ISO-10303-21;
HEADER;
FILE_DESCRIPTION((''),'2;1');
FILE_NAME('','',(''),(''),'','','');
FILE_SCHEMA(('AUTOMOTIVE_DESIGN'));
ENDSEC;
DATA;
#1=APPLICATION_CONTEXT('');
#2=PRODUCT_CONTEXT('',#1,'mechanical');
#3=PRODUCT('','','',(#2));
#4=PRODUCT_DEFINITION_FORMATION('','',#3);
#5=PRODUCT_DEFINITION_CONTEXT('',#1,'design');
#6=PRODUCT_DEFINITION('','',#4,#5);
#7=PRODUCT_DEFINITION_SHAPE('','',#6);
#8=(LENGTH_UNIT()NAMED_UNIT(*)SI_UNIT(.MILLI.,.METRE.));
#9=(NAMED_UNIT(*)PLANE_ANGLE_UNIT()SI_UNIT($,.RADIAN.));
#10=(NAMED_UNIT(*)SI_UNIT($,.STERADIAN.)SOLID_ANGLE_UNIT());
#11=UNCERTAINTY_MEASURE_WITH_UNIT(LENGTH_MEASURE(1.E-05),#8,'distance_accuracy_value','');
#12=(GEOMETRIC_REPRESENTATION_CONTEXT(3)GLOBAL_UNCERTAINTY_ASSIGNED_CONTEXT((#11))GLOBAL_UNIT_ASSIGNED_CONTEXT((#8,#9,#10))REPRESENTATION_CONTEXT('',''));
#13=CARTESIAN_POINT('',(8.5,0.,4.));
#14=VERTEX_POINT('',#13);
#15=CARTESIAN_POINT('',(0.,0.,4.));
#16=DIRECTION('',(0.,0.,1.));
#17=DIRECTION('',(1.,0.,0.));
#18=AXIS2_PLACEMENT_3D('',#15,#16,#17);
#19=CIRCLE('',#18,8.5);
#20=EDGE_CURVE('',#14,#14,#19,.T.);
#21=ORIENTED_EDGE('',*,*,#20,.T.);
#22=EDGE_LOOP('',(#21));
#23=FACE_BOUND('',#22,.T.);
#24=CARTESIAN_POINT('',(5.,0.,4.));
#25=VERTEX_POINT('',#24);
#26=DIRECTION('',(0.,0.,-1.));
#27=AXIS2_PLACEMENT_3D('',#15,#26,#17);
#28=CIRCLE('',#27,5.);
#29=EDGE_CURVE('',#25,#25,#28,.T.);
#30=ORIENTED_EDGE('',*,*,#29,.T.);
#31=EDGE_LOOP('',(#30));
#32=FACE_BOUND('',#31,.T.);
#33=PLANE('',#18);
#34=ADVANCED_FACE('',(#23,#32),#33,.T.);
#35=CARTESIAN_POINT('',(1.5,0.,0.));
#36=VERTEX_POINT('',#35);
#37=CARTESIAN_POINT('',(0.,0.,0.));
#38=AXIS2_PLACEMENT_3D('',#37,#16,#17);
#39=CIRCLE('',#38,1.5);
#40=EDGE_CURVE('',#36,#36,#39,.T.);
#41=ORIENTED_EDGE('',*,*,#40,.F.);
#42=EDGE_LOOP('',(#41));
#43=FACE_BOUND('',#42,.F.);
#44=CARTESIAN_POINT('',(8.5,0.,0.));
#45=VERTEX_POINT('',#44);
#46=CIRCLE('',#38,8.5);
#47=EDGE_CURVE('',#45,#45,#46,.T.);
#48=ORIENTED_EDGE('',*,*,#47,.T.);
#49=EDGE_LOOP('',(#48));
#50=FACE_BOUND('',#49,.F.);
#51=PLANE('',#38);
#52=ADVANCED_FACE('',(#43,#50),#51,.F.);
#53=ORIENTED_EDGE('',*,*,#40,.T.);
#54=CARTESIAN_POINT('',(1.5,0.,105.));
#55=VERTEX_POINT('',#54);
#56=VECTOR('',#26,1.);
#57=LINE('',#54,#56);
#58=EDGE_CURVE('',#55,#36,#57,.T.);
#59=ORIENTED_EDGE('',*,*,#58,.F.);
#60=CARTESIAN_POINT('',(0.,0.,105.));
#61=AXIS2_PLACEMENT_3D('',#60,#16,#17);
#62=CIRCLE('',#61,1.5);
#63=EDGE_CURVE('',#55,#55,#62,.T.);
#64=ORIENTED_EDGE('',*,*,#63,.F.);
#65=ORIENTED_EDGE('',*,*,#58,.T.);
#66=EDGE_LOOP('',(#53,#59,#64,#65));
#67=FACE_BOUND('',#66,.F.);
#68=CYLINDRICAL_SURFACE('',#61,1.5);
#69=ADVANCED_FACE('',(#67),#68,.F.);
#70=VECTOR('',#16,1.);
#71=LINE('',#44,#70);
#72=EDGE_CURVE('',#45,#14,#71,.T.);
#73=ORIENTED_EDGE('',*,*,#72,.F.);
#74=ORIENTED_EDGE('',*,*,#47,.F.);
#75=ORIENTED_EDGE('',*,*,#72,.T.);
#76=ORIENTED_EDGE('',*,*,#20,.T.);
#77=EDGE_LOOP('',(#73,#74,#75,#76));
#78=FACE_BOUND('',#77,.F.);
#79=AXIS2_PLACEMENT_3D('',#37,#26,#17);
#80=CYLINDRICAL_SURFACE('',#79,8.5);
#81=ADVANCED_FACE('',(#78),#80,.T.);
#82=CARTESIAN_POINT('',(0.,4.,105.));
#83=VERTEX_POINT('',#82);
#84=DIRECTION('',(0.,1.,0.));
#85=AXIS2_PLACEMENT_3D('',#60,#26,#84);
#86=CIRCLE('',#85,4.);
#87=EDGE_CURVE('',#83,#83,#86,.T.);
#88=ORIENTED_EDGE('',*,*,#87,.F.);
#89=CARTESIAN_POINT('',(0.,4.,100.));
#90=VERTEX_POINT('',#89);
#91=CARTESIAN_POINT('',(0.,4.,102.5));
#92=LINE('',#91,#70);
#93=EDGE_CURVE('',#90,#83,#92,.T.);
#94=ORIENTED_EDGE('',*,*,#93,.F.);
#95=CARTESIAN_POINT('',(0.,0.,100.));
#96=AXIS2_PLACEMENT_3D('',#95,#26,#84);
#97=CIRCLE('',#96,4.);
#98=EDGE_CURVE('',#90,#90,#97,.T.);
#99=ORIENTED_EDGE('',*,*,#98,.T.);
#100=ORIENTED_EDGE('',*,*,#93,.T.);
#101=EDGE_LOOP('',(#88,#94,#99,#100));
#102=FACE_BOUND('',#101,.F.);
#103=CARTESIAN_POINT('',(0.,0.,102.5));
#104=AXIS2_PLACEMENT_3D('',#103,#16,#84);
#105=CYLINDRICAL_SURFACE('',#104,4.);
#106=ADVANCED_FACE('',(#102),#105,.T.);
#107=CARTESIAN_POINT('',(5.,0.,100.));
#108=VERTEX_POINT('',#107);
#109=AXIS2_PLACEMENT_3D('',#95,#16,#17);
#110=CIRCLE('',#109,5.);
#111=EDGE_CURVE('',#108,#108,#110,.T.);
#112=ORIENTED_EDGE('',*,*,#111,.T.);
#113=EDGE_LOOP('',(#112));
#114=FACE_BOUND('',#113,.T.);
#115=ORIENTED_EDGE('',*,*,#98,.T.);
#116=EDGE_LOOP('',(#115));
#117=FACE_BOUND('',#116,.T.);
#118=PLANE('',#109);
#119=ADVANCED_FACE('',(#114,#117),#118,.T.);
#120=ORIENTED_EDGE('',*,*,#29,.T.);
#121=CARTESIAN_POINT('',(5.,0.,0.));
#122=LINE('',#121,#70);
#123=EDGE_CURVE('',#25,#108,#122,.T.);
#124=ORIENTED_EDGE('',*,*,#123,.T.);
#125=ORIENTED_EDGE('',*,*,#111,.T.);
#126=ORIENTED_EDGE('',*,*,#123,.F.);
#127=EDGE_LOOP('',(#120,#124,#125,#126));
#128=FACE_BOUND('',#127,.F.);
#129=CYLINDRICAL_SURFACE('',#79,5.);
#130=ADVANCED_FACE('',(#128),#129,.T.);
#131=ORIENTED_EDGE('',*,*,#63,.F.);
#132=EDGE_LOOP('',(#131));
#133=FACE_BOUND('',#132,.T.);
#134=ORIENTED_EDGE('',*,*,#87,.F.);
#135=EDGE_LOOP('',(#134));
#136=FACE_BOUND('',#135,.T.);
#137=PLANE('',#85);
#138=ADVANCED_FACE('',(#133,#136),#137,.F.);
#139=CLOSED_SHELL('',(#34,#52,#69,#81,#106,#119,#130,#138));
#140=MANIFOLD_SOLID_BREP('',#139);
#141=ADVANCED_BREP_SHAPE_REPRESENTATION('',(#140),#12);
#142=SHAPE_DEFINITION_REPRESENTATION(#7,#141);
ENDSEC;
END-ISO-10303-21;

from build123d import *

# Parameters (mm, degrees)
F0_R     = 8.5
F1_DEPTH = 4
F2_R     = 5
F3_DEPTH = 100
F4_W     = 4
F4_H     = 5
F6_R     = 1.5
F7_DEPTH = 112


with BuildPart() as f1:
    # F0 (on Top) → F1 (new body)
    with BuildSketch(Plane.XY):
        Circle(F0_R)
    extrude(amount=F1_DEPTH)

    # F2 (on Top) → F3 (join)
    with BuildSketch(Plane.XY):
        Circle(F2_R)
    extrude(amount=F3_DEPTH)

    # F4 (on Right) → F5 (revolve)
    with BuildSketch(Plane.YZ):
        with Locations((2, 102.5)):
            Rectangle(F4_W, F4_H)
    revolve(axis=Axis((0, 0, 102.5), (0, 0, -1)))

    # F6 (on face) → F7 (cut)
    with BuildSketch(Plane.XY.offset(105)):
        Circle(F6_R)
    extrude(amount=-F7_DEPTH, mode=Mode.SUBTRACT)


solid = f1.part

..........

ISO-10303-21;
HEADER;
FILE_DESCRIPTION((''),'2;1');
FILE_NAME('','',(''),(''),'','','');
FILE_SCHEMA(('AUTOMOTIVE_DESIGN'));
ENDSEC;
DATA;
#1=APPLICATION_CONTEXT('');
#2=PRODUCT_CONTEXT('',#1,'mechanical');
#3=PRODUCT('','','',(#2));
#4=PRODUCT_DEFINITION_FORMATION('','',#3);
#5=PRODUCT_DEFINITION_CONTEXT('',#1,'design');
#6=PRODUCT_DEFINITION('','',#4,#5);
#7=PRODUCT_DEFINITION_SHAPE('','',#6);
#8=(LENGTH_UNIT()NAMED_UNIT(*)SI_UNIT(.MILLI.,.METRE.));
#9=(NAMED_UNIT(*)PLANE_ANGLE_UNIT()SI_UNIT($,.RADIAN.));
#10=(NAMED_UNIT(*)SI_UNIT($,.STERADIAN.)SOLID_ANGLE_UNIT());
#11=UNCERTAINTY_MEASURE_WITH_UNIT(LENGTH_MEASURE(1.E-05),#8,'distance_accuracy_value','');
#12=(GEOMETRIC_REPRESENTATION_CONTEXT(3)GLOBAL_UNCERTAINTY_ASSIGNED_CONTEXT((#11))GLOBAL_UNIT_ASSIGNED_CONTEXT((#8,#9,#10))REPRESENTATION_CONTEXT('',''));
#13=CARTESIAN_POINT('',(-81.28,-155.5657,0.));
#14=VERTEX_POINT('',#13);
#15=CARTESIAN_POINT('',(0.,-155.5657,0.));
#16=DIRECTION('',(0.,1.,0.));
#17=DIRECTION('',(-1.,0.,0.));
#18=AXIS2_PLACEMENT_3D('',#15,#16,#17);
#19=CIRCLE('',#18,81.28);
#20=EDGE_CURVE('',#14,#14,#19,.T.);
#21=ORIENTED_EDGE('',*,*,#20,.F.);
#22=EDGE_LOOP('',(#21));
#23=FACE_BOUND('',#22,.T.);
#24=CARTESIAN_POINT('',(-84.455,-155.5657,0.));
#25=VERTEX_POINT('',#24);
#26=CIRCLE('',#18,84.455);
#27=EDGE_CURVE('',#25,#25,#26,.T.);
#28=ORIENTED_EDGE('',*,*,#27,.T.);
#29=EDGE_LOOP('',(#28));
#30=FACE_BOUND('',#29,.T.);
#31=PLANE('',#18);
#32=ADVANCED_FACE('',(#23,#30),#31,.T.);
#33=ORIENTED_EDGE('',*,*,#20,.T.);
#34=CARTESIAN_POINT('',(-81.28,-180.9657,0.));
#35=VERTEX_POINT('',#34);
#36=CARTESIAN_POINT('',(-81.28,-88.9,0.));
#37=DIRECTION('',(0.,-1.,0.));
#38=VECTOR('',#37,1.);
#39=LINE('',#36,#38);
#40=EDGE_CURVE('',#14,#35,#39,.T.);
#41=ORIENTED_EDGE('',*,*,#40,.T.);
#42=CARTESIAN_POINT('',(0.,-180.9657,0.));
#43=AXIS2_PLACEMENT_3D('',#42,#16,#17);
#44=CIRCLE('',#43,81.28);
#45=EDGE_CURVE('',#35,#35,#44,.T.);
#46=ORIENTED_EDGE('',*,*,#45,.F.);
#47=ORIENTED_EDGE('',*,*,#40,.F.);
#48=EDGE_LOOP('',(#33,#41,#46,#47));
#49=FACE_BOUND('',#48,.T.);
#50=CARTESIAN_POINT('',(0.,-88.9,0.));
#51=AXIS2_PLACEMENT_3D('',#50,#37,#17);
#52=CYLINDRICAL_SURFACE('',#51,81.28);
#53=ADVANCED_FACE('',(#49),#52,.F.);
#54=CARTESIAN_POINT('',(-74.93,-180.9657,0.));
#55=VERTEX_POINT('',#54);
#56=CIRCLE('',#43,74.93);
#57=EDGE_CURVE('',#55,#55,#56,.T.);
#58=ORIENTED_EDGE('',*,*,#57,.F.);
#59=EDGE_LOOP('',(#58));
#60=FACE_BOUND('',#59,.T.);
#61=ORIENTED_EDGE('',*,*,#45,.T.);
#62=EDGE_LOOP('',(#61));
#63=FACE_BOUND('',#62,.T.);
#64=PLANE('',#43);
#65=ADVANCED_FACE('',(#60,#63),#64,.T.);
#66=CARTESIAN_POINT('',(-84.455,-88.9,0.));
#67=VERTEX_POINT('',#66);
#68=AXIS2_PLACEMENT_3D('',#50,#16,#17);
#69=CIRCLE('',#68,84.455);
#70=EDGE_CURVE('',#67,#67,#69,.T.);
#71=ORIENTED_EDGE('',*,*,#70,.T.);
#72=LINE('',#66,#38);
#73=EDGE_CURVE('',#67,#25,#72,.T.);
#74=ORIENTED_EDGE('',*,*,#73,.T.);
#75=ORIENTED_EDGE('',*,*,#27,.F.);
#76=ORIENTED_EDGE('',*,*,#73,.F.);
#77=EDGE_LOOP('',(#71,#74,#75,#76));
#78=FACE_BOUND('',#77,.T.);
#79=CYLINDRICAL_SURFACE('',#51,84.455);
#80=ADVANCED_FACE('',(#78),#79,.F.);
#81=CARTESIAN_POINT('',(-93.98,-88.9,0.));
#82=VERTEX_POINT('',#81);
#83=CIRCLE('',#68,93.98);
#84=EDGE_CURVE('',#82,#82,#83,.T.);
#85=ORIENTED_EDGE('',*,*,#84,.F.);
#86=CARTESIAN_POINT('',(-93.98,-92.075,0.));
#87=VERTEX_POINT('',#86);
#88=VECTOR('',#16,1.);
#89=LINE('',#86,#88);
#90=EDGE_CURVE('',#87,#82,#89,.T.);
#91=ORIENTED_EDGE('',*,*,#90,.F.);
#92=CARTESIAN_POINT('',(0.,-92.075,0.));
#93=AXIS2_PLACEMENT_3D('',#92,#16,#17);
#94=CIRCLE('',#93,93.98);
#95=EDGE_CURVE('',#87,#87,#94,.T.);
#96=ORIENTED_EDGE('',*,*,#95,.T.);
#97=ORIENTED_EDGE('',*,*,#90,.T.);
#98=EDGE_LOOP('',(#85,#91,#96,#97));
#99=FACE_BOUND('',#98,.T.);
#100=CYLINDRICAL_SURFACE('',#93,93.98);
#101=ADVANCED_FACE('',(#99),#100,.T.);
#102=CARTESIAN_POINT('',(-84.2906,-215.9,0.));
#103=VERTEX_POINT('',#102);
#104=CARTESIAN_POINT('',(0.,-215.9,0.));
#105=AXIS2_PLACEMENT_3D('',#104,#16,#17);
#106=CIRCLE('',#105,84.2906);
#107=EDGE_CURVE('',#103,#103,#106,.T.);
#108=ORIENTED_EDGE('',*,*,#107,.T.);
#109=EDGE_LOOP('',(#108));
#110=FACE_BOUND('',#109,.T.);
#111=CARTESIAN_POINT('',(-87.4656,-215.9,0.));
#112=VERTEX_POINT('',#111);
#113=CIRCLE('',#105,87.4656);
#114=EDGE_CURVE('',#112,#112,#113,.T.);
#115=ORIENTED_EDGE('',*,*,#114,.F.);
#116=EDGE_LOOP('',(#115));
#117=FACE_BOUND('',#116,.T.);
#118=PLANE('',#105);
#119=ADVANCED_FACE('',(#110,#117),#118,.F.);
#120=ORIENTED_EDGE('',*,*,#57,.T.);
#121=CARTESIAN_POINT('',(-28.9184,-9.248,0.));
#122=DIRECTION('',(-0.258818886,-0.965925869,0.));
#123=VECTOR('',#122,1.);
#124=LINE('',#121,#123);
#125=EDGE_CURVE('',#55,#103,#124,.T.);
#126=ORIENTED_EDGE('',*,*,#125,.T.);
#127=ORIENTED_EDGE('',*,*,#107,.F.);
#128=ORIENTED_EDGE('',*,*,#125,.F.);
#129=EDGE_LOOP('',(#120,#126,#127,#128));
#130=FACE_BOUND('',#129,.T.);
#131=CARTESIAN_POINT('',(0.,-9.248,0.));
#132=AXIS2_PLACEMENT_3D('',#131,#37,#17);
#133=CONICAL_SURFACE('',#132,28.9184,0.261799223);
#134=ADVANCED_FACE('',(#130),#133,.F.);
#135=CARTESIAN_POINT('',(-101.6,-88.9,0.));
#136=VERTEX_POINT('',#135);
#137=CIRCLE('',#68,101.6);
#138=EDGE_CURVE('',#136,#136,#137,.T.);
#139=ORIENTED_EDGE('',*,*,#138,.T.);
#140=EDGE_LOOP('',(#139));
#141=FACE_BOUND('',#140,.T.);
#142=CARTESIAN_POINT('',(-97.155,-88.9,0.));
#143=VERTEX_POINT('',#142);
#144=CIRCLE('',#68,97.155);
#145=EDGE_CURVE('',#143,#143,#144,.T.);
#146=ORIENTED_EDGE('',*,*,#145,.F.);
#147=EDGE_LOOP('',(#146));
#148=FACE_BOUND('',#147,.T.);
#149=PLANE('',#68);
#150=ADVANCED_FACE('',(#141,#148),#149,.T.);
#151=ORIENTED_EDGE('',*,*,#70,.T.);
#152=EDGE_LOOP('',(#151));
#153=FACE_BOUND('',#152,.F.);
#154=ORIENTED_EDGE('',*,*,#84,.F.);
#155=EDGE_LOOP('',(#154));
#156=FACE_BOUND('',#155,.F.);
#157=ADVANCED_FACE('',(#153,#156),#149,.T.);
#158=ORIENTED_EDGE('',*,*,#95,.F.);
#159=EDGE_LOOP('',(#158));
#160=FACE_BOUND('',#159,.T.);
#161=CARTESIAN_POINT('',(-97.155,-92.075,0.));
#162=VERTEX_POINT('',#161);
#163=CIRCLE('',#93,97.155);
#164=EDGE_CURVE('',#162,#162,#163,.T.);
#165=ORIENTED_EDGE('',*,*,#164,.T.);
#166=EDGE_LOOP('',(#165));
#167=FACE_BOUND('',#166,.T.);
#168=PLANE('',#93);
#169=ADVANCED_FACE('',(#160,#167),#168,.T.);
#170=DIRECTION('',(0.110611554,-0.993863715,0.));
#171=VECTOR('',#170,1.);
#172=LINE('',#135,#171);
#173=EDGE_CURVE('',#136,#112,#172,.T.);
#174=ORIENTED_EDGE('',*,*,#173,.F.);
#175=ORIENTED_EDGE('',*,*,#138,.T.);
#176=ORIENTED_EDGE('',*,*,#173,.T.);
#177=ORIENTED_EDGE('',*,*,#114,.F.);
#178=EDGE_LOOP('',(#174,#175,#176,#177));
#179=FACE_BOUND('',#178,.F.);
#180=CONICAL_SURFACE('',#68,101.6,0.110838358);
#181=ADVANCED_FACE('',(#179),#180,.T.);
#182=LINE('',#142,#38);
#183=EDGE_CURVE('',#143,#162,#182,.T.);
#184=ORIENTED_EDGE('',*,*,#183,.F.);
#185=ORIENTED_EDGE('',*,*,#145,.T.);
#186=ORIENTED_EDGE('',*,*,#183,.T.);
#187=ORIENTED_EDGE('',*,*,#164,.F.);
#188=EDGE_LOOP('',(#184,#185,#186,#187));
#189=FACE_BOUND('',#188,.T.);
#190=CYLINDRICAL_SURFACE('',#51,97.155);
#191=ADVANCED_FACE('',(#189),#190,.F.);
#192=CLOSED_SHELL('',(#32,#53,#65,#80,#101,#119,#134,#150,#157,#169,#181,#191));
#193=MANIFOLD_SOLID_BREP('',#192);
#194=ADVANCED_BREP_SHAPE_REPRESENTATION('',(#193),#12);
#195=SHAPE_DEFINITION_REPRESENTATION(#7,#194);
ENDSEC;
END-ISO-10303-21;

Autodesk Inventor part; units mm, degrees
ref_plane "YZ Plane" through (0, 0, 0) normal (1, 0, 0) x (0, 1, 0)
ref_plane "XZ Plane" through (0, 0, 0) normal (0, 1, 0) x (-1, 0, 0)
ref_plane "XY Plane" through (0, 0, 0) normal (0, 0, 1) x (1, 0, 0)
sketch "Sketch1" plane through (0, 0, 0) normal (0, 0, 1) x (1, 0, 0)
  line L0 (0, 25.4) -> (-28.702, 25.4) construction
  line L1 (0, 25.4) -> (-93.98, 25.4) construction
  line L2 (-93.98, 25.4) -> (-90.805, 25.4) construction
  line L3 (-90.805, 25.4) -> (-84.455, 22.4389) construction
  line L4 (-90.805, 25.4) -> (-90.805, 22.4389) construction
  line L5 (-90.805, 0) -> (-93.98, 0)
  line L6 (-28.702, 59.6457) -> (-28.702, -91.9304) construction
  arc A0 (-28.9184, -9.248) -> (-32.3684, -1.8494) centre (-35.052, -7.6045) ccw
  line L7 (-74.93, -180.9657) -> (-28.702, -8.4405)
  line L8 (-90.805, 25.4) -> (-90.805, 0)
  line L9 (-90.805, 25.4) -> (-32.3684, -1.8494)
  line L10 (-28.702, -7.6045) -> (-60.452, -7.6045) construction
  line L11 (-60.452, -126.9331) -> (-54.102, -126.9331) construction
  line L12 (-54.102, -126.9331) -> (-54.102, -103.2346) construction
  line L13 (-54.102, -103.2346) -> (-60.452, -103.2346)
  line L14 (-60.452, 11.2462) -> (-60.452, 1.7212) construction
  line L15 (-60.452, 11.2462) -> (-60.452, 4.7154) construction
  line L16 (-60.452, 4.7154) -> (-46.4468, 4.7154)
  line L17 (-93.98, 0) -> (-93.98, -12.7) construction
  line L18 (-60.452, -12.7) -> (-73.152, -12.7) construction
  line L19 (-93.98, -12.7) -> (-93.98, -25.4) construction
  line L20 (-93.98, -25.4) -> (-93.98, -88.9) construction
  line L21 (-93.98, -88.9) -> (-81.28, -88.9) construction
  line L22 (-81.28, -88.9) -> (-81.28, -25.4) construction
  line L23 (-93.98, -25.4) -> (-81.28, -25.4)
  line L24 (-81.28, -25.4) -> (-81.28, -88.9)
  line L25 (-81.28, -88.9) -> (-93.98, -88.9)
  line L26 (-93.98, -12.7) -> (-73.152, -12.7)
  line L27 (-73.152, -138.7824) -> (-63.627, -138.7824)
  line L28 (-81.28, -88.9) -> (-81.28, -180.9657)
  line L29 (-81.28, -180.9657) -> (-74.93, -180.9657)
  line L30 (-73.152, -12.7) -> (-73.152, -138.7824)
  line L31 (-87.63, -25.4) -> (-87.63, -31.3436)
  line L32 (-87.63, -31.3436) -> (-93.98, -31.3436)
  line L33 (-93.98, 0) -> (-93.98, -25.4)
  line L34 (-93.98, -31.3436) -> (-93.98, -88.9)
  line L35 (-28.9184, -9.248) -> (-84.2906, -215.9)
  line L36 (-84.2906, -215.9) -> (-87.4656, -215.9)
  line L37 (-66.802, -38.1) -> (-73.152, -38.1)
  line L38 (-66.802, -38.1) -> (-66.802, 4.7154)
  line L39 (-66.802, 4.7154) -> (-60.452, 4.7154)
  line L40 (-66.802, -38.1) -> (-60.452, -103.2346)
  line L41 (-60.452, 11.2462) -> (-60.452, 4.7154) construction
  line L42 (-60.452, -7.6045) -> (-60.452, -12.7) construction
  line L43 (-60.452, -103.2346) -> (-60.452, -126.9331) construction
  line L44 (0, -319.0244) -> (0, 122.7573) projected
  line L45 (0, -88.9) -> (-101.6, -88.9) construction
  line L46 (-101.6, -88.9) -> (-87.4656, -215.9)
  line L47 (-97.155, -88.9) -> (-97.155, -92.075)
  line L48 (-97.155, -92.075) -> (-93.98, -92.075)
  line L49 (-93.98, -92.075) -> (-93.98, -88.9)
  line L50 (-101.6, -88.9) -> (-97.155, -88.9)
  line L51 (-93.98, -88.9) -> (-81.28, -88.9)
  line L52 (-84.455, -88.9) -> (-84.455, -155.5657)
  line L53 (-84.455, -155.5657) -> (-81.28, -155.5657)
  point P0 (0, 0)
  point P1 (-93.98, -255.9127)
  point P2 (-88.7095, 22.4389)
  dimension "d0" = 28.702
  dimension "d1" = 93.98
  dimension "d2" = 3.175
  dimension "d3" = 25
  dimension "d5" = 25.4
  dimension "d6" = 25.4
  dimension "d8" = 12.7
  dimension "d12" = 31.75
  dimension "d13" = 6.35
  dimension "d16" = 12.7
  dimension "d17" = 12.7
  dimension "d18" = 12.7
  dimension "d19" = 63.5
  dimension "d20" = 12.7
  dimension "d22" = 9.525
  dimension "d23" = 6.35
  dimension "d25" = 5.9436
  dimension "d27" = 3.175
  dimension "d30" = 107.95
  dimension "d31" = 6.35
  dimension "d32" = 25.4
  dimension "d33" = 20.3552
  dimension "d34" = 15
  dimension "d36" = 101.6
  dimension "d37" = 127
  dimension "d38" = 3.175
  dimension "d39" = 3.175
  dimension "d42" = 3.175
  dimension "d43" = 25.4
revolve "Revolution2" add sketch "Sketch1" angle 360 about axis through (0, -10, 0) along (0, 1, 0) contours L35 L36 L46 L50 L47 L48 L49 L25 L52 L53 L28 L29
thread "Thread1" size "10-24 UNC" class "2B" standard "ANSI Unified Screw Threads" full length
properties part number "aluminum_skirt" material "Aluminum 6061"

..........

Task description:
Which lines above run from the one containing "#71=LINE('',#44,#70);" down to the one containing "#123=EDGE_CURVE('',#25,#108,#122,.T.);"? Repeat exactly those, both ends included, and nothing else.

Task result:
#71=LINE('',#44,#70);
#72=EDGE_CURVE('',#45,#14,#71,.T.);
#73=ORIENTED_EDGE('',*,*,#72,.F.);
#74=ORIENTED_EDGE('',*,*,#47,.F.);
#75=ORIENTED_EDGE('',*,*,#72,.T.);
#76=ORIENTED_EDGE('',*,*,#20,.T.);
#77=EDGE_LOOP('',(#73,#74,#75,#76));
#78=FACE_BOUND('',#77,.F.);
#79=AXIS2_PLACEMENT_3D('',#37,#26,#17);
#80=CYLINDRICAL_SURFACE('',#79,8.5);
#81=ADVANCED_FACE('',(#78),#80,.T.);
#82=CARTESIAN_POINT('',(0.,4.,105.));
#83=VERTEX_POINT('',#82);
#84=DIRECTION('',(0.,1.,0.));
#85=AXIS2_PLACEMENT_3D('',#60,#26,#84);
#86=CIRCLE('',#85,4.);
#87=EDGE_CURVE('',#83,#83,#86,.T.);
#88=ORIENTED_EDGE('',*,*,#87,.F.);
#89=CARTESIAN_POINT('',(0.,4.,100.));
#90=VERTEX_POINT('',#89);
#91=CARTESIAN_POINT('',(0.,4.,102.5));
#92=LINE('',#91,#70);
#93=EDGE_CURVE('',#90,#83,#92,.T.);
#94=ORIENTED_EDGE('',*,*,#93,.F.);
#95=CARTESIAN_POINT('',(0.,0.,100.));
#96=AXIS2_PLACEMENT_3D('',#95,#26,#84);
#97=CIRCLE('',#96,4.);
#98=EDGE_CURVE('',#90,#90,#97,.T.);
#99=ORIENTED_EDGE('',*,*,#98,.T.);
#100=ORIENTED_EDGE('',*,*,#93,.T.);
#101=EDGE_LOOP('',(#88,#94,#99,#100));
#102=FACE_BOUND('',#101,.F.);
#103=CARTESIAN_POINT('',(0.,0.,102.5));
#104=AXIS2_PLACEMENT_3D('',#103,#16,#84);
#105=CYLINDRICAL_SURFACE('',#104,4.);
#106=ADVANCED_FACE('',(#102),#105,.T.);
#107=CARTESIAN_POINT('',(5.,0.,100.));
#108=VERTEX_POINT('',#107);
#109=AXIS2_PLACEMENT_3D('',#95,#16,#17);
#110=CIRCLE('',#109,5.);
#111=EDGE_CURVE('',#108,#108,#110,.T.);
#112=ORIENTED_EDGE('',*,*,#111,.T.);
#113=EDGE_LOOP('',(#112));
#114=FACE_BOUND('',#113,.T.);
#115=ORIENTED_EDGE('',*,*,#98,.T.);
#116=EDGE_LOOP('',(#115));
#117=FACE_BOUND('',#116,.T.);
#118=PLANE('',#109);
#119=ADVANCED_FACE('',(#114,#117),#118,.T.);
#120=ORIENTED_EDGE('',*,*,#29,.T.);
#121=CARTESIAN_POINT('',(5.,0.,0.));
#122=LINE('',#121,#70);
#123=EDGE_CURVE('',#25,#108,#122,.T.);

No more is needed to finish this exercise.